Task objective –
Among the lines below, a stretch begins at the one with "#19=CIRCLE('',#18,1.5);" and ends at the one with "#77=LINE('',#67,#76);". Repeat that stretch exactly, ends included.

Saved entries
=====

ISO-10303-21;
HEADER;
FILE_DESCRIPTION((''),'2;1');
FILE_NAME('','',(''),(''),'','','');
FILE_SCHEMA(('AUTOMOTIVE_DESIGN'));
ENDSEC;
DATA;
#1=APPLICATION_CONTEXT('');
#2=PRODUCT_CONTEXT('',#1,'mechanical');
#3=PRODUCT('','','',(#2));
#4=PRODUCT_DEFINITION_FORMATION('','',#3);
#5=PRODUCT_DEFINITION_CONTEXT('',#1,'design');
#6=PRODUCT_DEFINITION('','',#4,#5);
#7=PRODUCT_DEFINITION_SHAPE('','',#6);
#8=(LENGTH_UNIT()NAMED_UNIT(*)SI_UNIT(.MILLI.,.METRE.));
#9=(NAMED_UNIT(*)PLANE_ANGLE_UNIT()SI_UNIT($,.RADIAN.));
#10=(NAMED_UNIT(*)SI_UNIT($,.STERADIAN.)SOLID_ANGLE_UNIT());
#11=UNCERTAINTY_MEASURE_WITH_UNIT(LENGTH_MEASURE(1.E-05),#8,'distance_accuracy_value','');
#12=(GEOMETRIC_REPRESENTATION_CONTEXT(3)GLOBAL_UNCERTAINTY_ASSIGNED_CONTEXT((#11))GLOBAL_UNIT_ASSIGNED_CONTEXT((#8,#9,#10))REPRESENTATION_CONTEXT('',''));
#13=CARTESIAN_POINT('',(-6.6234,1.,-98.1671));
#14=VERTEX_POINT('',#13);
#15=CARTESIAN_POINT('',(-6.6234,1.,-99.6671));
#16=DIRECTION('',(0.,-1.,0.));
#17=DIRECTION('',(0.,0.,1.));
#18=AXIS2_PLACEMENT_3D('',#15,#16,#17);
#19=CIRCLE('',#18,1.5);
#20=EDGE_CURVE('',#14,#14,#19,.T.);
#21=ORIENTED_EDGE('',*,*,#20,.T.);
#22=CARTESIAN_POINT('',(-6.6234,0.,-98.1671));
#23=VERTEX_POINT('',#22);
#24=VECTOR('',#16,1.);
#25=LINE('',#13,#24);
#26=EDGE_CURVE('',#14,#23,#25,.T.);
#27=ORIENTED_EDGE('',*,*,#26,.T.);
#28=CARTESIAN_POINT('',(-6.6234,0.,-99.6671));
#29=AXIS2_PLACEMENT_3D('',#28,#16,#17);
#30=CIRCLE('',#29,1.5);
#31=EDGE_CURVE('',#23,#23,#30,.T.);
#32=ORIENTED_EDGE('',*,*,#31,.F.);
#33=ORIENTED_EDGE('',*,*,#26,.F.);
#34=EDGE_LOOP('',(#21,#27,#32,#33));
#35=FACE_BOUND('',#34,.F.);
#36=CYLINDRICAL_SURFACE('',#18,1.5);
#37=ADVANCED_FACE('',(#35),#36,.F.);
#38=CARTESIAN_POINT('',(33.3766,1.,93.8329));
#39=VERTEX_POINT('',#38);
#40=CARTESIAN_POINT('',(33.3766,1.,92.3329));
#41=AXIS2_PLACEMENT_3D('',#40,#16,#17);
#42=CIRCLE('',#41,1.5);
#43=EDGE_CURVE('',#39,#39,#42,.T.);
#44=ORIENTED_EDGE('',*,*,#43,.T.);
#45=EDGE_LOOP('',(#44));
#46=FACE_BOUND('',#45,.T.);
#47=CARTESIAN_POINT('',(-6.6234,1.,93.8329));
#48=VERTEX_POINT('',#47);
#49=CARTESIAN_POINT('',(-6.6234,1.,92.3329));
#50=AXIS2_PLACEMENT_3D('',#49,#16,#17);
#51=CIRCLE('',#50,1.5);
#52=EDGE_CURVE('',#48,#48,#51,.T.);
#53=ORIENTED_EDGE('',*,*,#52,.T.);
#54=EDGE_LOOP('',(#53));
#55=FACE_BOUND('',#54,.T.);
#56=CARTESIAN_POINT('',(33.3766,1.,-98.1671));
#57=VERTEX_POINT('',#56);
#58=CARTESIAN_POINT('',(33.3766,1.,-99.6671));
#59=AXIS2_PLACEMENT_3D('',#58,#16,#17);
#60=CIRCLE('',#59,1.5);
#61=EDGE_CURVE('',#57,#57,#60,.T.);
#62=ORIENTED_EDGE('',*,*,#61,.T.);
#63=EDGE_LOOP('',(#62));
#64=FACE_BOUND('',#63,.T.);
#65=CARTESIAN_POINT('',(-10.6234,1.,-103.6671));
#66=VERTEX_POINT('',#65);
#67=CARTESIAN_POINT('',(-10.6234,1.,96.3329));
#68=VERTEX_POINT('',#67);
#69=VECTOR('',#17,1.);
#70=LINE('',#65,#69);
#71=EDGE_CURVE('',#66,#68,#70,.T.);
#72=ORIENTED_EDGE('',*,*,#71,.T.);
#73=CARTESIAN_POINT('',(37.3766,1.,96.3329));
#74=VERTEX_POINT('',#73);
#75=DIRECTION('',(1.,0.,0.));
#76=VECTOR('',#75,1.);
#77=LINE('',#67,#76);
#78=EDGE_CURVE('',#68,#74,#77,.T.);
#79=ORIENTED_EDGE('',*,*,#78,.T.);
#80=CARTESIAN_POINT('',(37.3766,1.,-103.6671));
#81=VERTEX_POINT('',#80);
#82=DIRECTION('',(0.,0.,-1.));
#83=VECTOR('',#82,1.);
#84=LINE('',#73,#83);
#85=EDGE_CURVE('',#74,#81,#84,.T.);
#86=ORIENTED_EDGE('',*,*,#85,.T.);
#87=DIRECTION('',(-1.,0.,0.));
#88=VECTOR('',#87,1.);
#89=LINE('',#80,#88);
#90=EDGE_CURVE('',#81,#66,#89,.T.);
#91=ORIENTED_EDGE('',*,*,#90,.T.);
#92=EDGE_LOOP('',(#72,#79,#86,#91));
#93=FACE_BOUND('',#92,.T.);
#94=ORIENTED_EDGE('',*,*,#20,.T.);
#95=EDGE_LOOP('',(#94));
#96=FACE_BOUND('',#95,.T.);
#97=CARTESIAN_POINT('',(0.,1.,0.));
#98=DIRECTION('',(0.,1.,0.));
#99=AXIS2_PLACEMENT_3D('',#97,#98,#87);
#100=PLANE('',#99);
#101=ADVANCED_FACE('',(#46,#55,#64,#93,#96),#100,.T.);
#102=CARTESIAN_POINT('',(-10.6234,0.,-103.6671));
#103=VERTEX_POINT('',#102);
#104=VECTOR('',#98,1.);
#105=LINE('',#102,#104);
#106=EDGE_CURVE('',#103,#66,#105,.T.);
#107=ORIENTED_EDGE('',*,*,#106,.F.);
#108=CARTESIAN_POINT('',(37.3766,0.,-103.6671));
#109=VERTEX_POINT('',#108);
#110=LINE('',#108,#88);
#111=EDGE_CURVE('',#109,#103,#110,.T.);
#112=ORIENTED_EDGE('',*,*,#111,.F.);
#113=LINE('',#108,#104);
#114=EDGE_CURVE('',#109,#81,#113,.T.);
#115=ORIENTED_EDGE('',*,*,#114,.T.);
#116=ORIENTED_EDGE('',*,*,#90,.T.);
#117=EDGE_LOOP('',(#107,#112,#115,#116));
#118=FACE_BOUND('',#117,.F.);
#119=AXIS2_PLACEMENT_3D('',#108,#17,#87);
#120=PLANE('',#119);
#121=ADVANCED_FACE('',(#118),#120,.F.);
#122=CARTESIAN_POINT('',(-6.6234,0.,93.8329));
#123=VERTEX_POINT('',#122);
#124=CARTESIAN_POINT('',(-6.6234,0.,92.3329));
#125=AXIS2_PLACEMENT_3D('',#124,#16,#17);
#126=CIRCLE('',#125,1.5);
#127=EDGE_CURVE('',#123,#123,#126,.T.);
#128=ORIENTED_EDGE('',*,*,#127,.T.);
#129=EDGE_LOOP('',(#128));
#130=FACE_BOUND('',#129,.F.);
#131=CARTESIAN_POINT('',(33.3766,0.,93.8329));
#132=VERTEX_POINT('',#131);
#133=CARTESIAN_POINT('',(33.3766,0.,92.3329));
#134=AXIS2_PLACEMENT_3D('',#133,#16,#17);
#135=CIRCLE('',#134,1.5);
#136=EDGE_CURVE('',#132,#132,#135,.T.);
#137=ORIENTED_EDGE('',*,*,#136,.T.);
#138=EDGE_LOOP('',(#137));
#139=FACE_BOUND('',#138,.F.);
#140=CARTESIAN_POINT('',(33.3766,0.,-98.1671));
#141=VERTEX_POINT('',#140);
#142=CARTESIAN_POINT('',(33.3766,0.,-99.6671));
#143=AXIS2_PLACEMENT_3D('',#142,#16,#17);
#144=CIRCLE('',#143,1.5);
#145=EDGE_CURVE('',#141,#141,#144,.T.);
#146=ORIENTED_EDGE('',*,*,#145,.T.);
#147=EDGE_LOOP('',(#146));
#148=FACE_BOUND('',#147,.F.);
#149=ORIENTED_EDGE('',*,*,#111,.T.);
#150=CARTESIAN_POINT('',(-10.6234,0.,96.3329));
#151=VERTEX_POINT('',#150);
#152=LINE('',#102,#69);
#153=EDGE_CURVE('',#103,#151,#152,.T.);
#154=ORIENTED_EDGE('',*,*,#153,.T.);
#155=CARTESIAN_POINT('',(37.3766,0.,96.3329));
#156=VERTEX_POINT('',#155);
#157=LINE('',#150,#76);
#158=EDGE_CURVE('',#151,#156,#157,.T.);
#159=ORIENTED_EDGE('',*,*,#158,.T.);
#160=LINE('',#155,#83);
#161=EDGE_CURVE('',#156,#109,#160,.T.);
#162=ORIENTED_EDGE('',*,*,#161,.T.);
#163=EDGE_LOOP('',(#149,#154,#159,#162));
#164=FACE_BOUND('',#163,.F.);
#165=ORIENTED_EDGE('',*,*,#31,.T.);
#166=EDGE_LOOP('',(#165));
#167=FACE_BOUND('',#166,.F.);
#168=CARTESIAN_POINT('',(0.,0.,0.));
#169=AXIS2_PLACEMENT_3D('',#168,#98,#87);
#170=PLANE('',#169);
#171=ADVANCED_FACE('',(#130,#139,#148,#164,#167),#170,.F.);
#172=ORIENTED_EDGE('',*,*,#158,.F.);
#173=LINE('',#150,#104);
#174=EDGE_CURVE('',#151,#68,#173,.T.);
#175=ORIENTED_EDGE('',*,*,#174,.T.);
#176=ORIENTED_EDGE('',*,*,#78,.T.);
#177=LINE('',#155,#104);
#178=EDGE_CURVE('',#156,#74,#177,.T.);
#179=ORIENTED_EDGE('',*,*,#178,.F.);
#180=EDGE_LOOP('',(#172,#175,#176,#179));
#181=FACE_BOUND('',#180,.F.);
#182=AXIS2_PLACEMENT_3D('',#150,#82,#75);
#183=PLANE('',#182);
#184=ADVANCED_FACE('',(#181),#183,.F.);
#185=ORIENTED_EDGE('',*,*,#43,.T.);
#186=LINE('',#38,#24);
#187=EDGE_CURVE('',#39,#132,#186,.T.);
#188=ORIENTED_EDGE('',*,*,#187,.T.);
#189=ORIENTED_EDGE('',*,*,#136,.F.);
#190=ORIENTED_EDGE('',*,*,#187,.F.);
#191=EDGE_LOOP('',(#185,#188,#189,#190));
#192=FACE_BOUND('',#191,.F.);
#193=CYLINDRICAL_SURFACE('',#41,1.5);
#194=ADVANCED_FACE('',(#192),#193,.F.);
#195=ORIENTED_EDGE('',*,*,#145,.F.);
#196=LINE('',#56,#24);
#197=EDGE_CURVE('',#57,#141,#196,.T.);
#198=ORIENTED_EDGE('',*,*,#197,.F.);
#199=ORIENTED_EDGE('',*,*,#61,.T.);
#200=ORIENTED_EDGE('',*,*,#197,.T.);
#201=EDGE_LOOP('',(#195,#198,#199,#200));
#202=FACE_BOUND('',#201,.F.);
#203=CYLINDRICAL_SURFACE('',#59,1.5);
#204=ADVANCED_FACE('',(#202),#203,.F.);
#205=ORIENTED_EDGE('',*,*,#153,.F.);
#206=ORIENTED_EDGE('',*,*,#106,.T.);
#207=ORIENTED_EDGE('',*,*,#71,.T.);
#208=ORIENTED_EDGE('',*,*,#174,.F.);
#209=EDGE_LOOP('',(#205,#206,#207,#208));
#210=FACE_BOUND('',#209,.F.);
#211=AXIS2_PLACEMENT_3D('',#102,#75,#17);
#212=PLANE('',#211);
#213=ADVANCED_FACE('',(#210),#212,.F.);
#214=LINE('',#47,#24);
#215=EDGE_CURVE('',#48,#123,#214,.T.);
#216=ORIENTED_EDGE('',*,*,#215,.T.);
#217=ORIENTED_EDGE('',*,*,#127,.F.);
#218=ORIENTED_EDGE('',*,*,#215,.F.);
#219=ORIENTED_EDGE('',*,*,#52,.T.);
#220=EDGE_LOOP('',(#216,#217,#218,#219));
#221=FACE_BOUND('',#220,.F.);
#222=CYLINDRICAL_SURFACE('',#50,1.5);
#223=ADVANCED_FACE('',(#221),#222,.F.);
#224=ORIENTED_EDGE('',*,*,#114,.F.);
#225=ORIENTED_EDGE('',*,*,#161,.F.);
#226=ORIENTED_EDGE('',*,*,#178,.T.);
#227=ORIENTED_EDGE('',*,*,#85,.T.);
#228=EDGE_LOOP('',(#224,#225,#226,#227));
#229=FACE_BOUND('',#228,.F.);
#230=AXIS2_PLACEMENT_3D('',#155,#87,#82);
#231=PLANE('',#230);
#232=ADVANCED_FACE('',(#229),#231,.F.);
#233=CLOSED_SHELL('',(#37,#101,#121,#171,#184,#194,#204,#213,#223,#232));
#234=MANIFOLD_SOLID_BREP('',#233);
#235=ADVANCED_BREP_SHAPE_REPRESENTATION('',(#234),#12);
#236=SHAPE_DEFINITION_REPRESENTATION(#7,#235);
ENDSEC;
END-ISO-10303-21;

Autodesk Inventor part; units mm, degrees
ref_plane "YZ Plane" through (0, 0, 0) normal (1, 0, 0) x (0, 1, 0)
ref_plane "XZ Plane" through (0, 0, 0) normal (0, 1, 0) x (-1, 0, 0)
ref_plane "XY Plane" through (0, 0, 0) normal (0, 0, 1) x (1, 0, 0)
sketch "Sketch1" plane through (0, 0, 0) normal (0, 1, 0) x (-1, 0, 0)
  line L0 (10.6234, 96.3329) -> (-37.3766, 96.3329)
  line L1 (-37.3766, 96.3329) -> (-37.3766, -103.6671)
  line L2 (-37.3766, -103.6671) -> (10.6234, -103.6671)
  line L3 (10.6234, -103.6671) -> (10.6234, 96.3329)
  point P0 (0, 0)
  dimension "d0" = 200
  dimension "d1" = 48
extrude "Extrusion1" add sketch "Sketch1" along normal blind 1
sketch "Sketch2" plane through (0, 1, 0) normal (0, 1, 0) x (1, 0, 0)
  line L0 (-10.6234, 103.6671) -> (-10.6234, -96.3329) projected
  line L1 (37.3766, -96.3329) -> (37.3766, 103.6671) projected
  line L2 (-10.6234, -96.3329) -> (37.3766, -96.3329) projected
  line L3 (37.3766, 103.6671) -> (-10.6234, 103.6671) projected
  point P0 (0, 0)
  point P1 (-6.6234, -92.3329)
  point P2 (33.3766, -92.3329)
  point P3 (33.3766, 99.6671)
  point P4 (-6.6234, 99.6671)
  dimension "d4" = 0
  dimension "d5" = 0
  dimension "d6" = 0
  dimension "d7" = 0
  dimension "d8" = 4
  dimension "d9" = 4
  dimension "d10" = 4
  dimension "d11" = 4
hole "Hole1" at (-6.6234, 1, 92.3329) at (33.3766, 1, 92.3329) at (33.3766, 1, -99.6671) at (-6.6234, 1, -99.6671) direction (0, -1, 0) diameter 3 depth 25.4 tip angle 118.188
equation "\"d1\" = BoardWidth"
equation "\"d2\" = BoardHeight"
equation "\"d8\" = ScrewHoleOffset"
equation "\"d9\" = ScrewHoleOffset"
equation "\"d10\" = ScrewHoleOffset"
equation "\"d11\" = ScrewHoleOffset"
equation "\"d12\" = ScrewSize"
equation "\"BoardLength\" = 556"
equation "\"BoardWidth\" = 48"
equation "\"ScrewSize\" = 3"
equation "\"ScrewHoleOffset\" = 4"
equation "\"BoardGap\" = 4"
equation "\"BoardHeight\" = 1"
equation "\"HorizOffsetBetweenScrews\" = 192"
equation "\"BaseWidth\" = 556"
equation "\"BaseLength\" = 648"
equation "\"TwoBoardWidth\" = 444"
equation "\"NumberOfRows\" = 254"
equation "\"NumberOfGaps\" = 228.6"
properties part number "PRT1001-210 1U Board"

=====

Exercise answer –
#19=CIRCLE('',#18,1.5);
#20=EDGE_CURVE('',#14,#14,#19,.T.);
#21=ORIENTED_EDGE('',*,*,#20,.T.);
#22=CARTESIAN_POINT('',(-6.6234,0.,-98.1671));
#23=VERTEX_POINT('',#22);
#24=VECTOR('',#16,1.);
#25=LINE('',#13,#24);
#26=EDGE_CURVE('',#14,#23,#25,.T.);
#27=ORIENTED_EDGE('',*,*,#26,.T.);
#28=CARTESIAN_POINT('',(-6.6234,0.,-99.6671));
#29=AXIS2_PLACEMENT_3D('',#28,#16,#17);
#30=CIRCLE('',#29,1.5);
#31=EDGE_CURVE('',#23,#23,#30,.T.);
#32=ORIENTED_EDGE('',*,*,#31,.F.);
#33=ORIENTED_EDGE('',*,*,#26,.F.);
#34=EDGE_LOOP('',(#21,#27,#32,#33));
#35=FACE_BOUND('',#34,.F.);
#36=CYLINDRICAL_SURFACE('',#18,1.5);
#37=ADVANCED_FACE('',(#35),#36,.F.);
#38=CARTESIAN_POINT('',(33.3766,1.,93.8329));
#39=VERTEX_POINT('',#38);
#40=CARTESIAN_POINT('',(33.3766,1.,92.3329));
#41=AXIS2_PLACEMENT_3D('',#40,#16,#17);
#42=CIRCLE('',#41,1.5);
#43=EDGE_CURVE('',#39,#39,#42,.T.);
#44=ORIENTED_EDGE('',*,*,#43,.T.);
#45=EDGE_LOOP('',(#44));
#46=FACE_BOUND('',#45,.T.);
#47=CARTESIAN_POINT('',(-6.6234,1.,93.8329));
#48=VERTEX_POINT('',#47);
#49=CARTESIAN_POINT('',(-6.6234,1.,92.3329));
#50=AXIS2_PLACEMENT_3D('',#49,#16,#17);
#51=CIRCLE('',#50,1.5);
#52=EDGE_CURVE('',#48,#48,#51,.T.);
#53=ORIENTED_EDGE('',*,*,#52,.T.);
#54=EDGE_LOOP('',(#53));
#55=FACE_BOUND('',#54,.T.);
#56=CARTESIAN_POINT('',(33.3766,1.,-98.1671));
#57=VERTEX_POINT('',#56);
#58=CARTESIAN_POINT('',(33.3766,1.,-99.6671));
#59=AXIS2_PLACEMENT_3D('',#58,#16,#17);
#60=CIRCLE('',#59,1.5);
#61=EDGE_CURVE('',#57,#57,#60,.T.);
#62=ORIENTED_EDGE('',*,*,#61,.T.);
#63=EDGE_LOOP('',(#62));
#64=FACE_BOUND('',#63,.T.);
#65=CARTESIAN_POINT('',(-10.6234,1.,-103.6671));
#66=VERTEX_POINT('',#65);
#67=CARTESIAN_POINT('',(-10.6234,1.,96.3329));
#68=VERTEX_POINT('',#67);
#69=VECTOR('',#17,1.);
#70=LINE('',#65,#69);
#71=EDGE_CURVE('',#66,#68,#70,.T.);
#72=ORIENTED_EDGE('',*,*,#71,.T.);
#73=CARTESIAN_POINT('',(37.3766,1.,96.3329));
#74=VERTEX_POINT('',#73);
#75=DIRECTION('',(1.,0.,0.));
#76=VECTOR('',#75,1.);
#77=LINE('',#67,#76);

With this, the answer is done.